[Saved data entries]
-=-=-=-=-

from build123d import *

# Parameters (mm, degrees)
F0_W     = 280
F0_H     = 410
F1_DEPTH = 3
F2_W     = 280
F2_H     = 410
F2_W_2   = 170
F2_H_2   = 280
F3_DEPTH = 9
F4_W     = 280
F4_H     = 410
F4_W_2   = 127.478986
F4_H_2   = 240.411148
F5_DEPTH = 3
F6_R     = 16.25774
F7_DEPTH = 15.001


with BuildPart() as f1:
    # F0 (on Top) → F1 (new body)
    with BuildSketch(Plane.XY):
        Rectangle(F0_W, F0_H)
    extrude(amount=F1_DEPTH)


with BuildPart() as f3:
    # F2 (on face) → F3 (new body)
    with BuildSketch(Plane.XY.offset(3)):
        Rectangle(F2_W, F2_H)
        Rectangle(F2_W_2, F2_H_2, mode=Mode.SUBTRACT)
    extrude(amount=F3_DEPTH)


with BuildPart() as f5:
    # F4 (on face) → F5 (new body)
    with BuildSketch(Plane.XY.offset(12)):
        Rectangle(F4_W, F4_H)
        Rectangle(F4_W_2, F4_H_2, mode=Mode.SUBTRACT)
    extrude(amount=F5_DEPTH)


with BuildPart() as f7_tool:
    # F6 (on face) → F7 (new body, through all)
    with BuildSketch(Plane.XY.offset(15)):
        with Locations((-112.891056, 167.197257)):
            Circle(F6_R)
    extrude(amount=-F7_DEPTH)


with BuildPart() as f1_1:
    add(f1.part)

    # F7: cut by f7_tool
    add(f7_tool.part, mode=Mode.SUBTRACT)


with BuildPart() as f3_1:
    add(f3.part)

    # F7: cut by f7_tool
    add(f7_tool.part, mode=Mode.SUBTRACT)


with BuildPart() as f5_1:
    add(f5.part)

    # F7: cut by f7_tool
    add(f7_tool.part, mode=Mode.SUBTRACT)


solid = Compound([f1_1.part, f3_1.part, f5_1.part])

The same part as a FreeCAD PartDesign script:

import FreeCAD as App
import Part
import Sketcher
from FreeCAD import Vector
Q = App.Units.Quantity

doc = App.newDocument("Part")
body = doc.addObject("PartDesign::Body", "Body")

sketch1 = body.newObject("Sketcher::SketchObject", "Sketch")
sketch1.AttachmentSupport = (doc.getObject("XY_Plane"), [""])
sketch1.MapMode = "FlatFace"
sketch1.addGeometry(Part.LineSegment(Vector(-140, 205, 0), Vector(-140, -205, 0)), False)
sketch1.addGeometry(Part.LineSegment(Vector(-140, -205, 0), Vector(140, -205, 0)), False)
sketch1.addGeometry(Part.LineSegment(Vector(140, -205, 0), Vector(140, 205, 0)), False)
sketch1.addGeometry(Part.LineSegment(Vector(140, 205, 0), Vector(-140, 205, 0)), False)
sketch1.addConstraint(Sketcher.Constraint("Coincident", 0, 2, 1, 1))
sketch1.addConstraint(Sketcher.Constraint("Coincident", 1, 2, 2, 1))
sketch1.addConstraint(Sketcher.Constraint("Coincident", 2, 2, 3, 1))
sketch1.addConstraint(Sketcher.Constraint("Coincident", 3, 2, 0, 1))
sketch1.addConstraint(Sketcher.Constraint("Vertical", 0))
sketch1.addConstraint(Sketcher.Constraint("Horizontal", 1))
sketch1.addConstraint(Sketcher.Constraint("Vertical", 2))
sketch1.addConstraint(Sketcher.Constraint("Horizontal", 3))
sketch1.addConstraint(Sketcher.Constraint("Symmetric", 0, 2, 2, 2, -1, 1))
sketch1.addConstraint(Sketcher.Constraint("DistanceX", 1, 1, 1, 2, Q("280 mm")))
sketch1.addConstraint(Sketcher.Constraint("DistanceY", 0, 2, 0, 1, Q("410 mm")))
pad1 = body.newObject("PartDesign::Pad", "Pad")
pad1.Profile = sketch1
pad1.Length = 3
body2 = doc.addObject("PartDesign::Body", "Body001")

sketch2 = body2.newObject("Sketcher::SketchObject", "Sketch001")
sketch2.AttachmentSupport = (doc.getObject("XY_Plane001"), [""])
sketch2.MapMode = "FlatFace"
sketch2.AttachmentOffset = App.Placement(Vector(0, 0, 3), App.Rotation())
sketch2.addGeometry(Part.LineSegment(Vector(-140, 205, 0), Vector(-140, -205, 0)), False)
sketch2.addGeometry(Part.LineSegment(Vector(-140, -205, 0), Vector(140, -205, 0)), False)
sketch2.addGeometry(Part.LineSegment(Vector(140, -205, 0), Vector(140, 205, 0)), False)
sketch2.addGeometry(Part.LineSegment(Vector(140, 205, 0), Vector(-140, 205, 0)), False)
sketch2.addGeometry(Part.LineSegment(Vector(85, -140, 0), Vector(-85, -140, 0)), False)
sketch2.addGeometry(Part.LineSegment(Vector(-85, -140, 0), Vector(-85, 140, 0)), False)
sketch2.addGeometry(Part.LineSegment(Vector(-85, 140, 0), Vector(85, 140, 0)), False)
sketch2.addGeometry(Part.LineSegment(Vector(85, 140, 0), Vector(85, -140, 0)), False)
sketch2.addConstraint(Sketcher.Constraint("Coincident", 0, 2, 1, 1))
sketch2.addConstraint(Sketcher.Constraint("Coincident", 1, 2, 2, 1))
sketch2.addConstraint(Sketcher.Constraint("Coincident", 2, 2, 3, 1))
sketch2.addConstraint(Sketcher.Constraint("Coincident", 3, 2, 0, 1))
sketch2.addConstraint(Sketcher.Constraint("Coincident", 4, 2, 5, 1))
sketch2.addConstraint(Sketcher.Constraint("Coincident", 5, 2, 6, 1))
sketch2.addConstraint(Sketcher.Constraint("Coincident", 6, 2, 7, 1))
sketch2.addConstraint(Sketcher.Constraint("Coincident", 7, 2, 4, 1))
sketch2.addConstraint(Sketcher.Constraint("Vertical", 0))
sketch2.addConstraint(Sketcher.Constraint("Horizontal", 1))
sketch2.addConstraint(Sketcher.Constraint("Vertical", 2))
sketch2.addConstraint(Sketcher.Constraint("Horizontal", 3))
sketch2.addConstraint(Sketcher.Constraint("Horizontal", 4))
sketch2.addConstraint(Sketcher.Constraint("Vertical", 5))
sketch2.addConstraint(Sketcher.Constraint("Horizontal", 6))
sketch2.addConstraint(Sketcher.Constraint("Vertical", 7))
sketch2.addConstraint(Sketcher.Constraint("Symmetric", 0, 2, 2, 2, -1, 1))
sketch2.addConstraint(Sketcher.Constraint("Symmetric", 4, 2, 6, 2, -1, 1))
sketch2.addConstraint(Sketcher.Constraint("Equal", 3, 5))
sketch2.addConstraint(Sketcher.Constraint("DistanceX", 1, 1, 1, 2, Q("280 mm")))
sketch2.addConstraint(Sketcher.Constraint("DistanceX", 4, 2, 4, 1, Q("170 mm")))
sketch2.addConstraint(Sketcher.Constraint("DistanceY", 0, 2, 0, 1, Q("410 mm")))
pad2 = body2.newObject("PartDesign::Pad", "Pad001")
pad2.Profile = sketch2
pad2.Length = 9
body3 = doc.addObject("PartDesign::Body", "Body002")

sketch3 = body3.newObject("Sketcher::SketchObject", "Sketch002")
sketch3.AttachmentSupport = (doc.getObject("XY_Plane002"), [""])
sketch3.MapMode = "FlatFace"
sketch3.AttachmentOffset = App.Placement(Vector(0, 0, 12), App.Rotation())
sketch3.addGeometry(Part.LineSegment(Vector(-140, 205, 0), Vector(-140, -205, 0)), False)
sketch3.addGeometry(Part.LineSegment(Vector(-140, -205, 0), Vector(140, -205, 0)), False)
sketch3.addGeometry(Part.LineSegment(Vector(140, -205, 0), Vector(140, 205, 0)), False)
sketch3.addGeometry(Part.LineSegment(Vector(140, 205, 0), Vector(-140, 205, 0)), False)
sketch3.addGeometry(Part.LineSegment(Vector(64, -120, 0), Vector(-64, -120, 0)), False)
sketch3.addGeometry(Part.LineSegment(Vector(-64, -120, 0), Vector(-64, 120, 0)), False)
sketch3.addGeometry(Part.LineSegment(Vector(-64, 120, 0), Vector(64, 120, 0)), False)
sketch3.addGeometry(Part.LineSegment(Vector(64, 120, 0), Vector(64, -120, 0)), False)
sketch3.addConstraint(Sketcher.Constraint("Coincident", 0, 2, 1, 1))
sketch3.addConstraint(Sketcher.Constraint("Coincident", 1, 2, 2, 1))
sketch3.addConstraint(Sketcher.Constraint("Coincident", 2, 2, 3, 1))
sketch3.addConstraint(Sketcher.Constraint("Coincident", 3, 2, 0, 1))
sketch3.addConstraint(Sketcher.Constraint("Coincident", 4, 2, 5, 1))
sketch3.addConstraint(Sketcher.Constraint("Coincident", 5, 2, 6, 1))
sketch3.addConstraint(Sketcher.Constraint("Coincident", 6, 2, 7, 1))
sketch3.addConstraint(Sketcher.Constraint("Coincident", 7, 2, 4, 1))
sketch3.addConstraint(Sketcher.Constraint("Vertical", 0))
sketch3.addConstraint(Sketcher.Constraint("Horizontal", 1))
sketch3.addConstraint(Sketcher.Constraint("Vertical", 2))
sketch3.addConstraint(Sketcher.Constraint("Horizontal", 3))
sketch3.addConstraint(Sketcher.Constraint("Horizontal", 4))
sketch3.addConstraint(Sketcher.Constraint("Vertical", 5))
sketch3.addConstraint(Sketcher.Constraint("Horizontal", 6))
sketch3.addConstraint(Sketcher.Constraint("Vertical", 7))
sketch3.addConstraint(Sketcher.Constraint("Symmetric", 0, 2, 2, 2, -1, 1))
sketch3.addConstraint(Sketcher.Constraint("Symmetric", 4, 2, 6, 2, -1, 1))
sketch3.addConstraint(Sketcher.Constraint("DistanceX", 1, 1, 1, 2, Q("280 mm")))
sketch3.addConstraint(Sketcher.Constraint("DistanceY", 0, 2, 0, 1, Q("410 mm")))
sketch3.addConstraint(Sketcher.Constraint("DistanceY", 5, 1, 5, 2, Q("240.411148 mm")))
sketch3.addConstraint(Sketcher.Constraint("DistanceX", 4, 2, 4, 1, Q("127.478986 mm")))
pad3 = body3.newObject("PartDesign::Pad", "Pad002")
pad3.Profile = sketch3
pad3.Length = 3
body4 = doc.addObject("PartDesign::Body", "Body003")

sketch4 = body4.newObject("Sketcher::SketchObject", "Sketch003")
sketch4.AttachmentSupport = (doc.getObject("XY_Plane003"), [""])
sketch4.MapMode = "FlatFace"
sketch4.AttachmentOffset = App.Placement(Vector(0, 0, 15), App.Rotation())
sketch4.addGeometry(Part.Circle(Vector(-113, 167, 0), Vector(0, 0, 1), 16), False)
sketch4.addConstraint(Sketcher.Constraint("Diameter", 0, Q("32.51548 mm")))
sketch4.addConstraint(Sketcher.Constraint("DistanceX", 0, 3, -1, 1, Q("112.891056 mm")))
sketch4.addConstraint(Sketcher.Constraint("DistanceY", -1, 1, 0, 3, Q("167.197257 mm")))
pad4 = body4.newObject("PartDesign::Pad", "Pad003")
pad4.Profile = sketch4
pad4.Length = 15.001
pad4.Reversed = True
doc.recompute()

body5 = doc.addObject("PartDesign::Body", "Body004")
body5.BaseFeature = body4
boolean = body.newObject("PartDesign::Boolean", "Boolean")
boolean.Type = "Cut"
boolean.addObjects([body5])
doc.recompute()

body6 = doc.addObject("PartDesign::Body", "Body005")
body6.BaseFeature = body4
boolean2 = body2.newObject("PartDesign::Boolean", "Boolean001")
boolean2.Type = "Cut"
boolean2.addObjects([body6])
doc.recompute()

boolean3 = body3.newObject("PartDesign::Boolean", "Boolean002")
boolean3.Type = "Cut"
boolean3.addObjects([body4])

doc.recompute()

-=-=-=-=-

#### TASK TO COMPLETE:
Return exactly the lines from the beginning of the data above through the one containing "Rectangle(F4_W, F4_H)", please. Include both end lines and add nothing else.

#### EXERCISE ANSWER:
from build123d import *

# Parameters (mm, degrees)
F0_W     = 280
F0_H     = 410
F1_DEPTH = 3
F2_W     = 280
F2_H     = 410
F2_W_2   = 170
F2_H_2   = 280
F3_DEPTH = 9
F4_W     = 280
F4_H     = 410
F4_W_2   = 127.478986
F4_H_2   = 240.411148
F5_DEPTH = 3
F6_R     = 16.25774
F7_DEPTH = 15.001


with BuildPart() as f1:
    # F0 (on Top) → F1 (new body)
    with BuildSketch(Plane.XY):
        Rectangle(F0_W, F0_H)
    extrude(amount=F1_DEPTH)


with BuildPart() as f3:
    # F2 (on face) → F3 (new body)
    with BuildSketch(Plane.XY.offset(3)):
        Rectangle(F2_W, F2_H)
        Rectangle(F2_W_2, F2_H_2, mode=Mode.SUBTRACT)
    extrude(amount=F3_DEPTH)


with BuildPart() as f5:
    # F4 (on face) → F5 (new body)
    with BuildSketch(Plane.XY.offset(12)):
        Rectangle(F4_W, F4_H)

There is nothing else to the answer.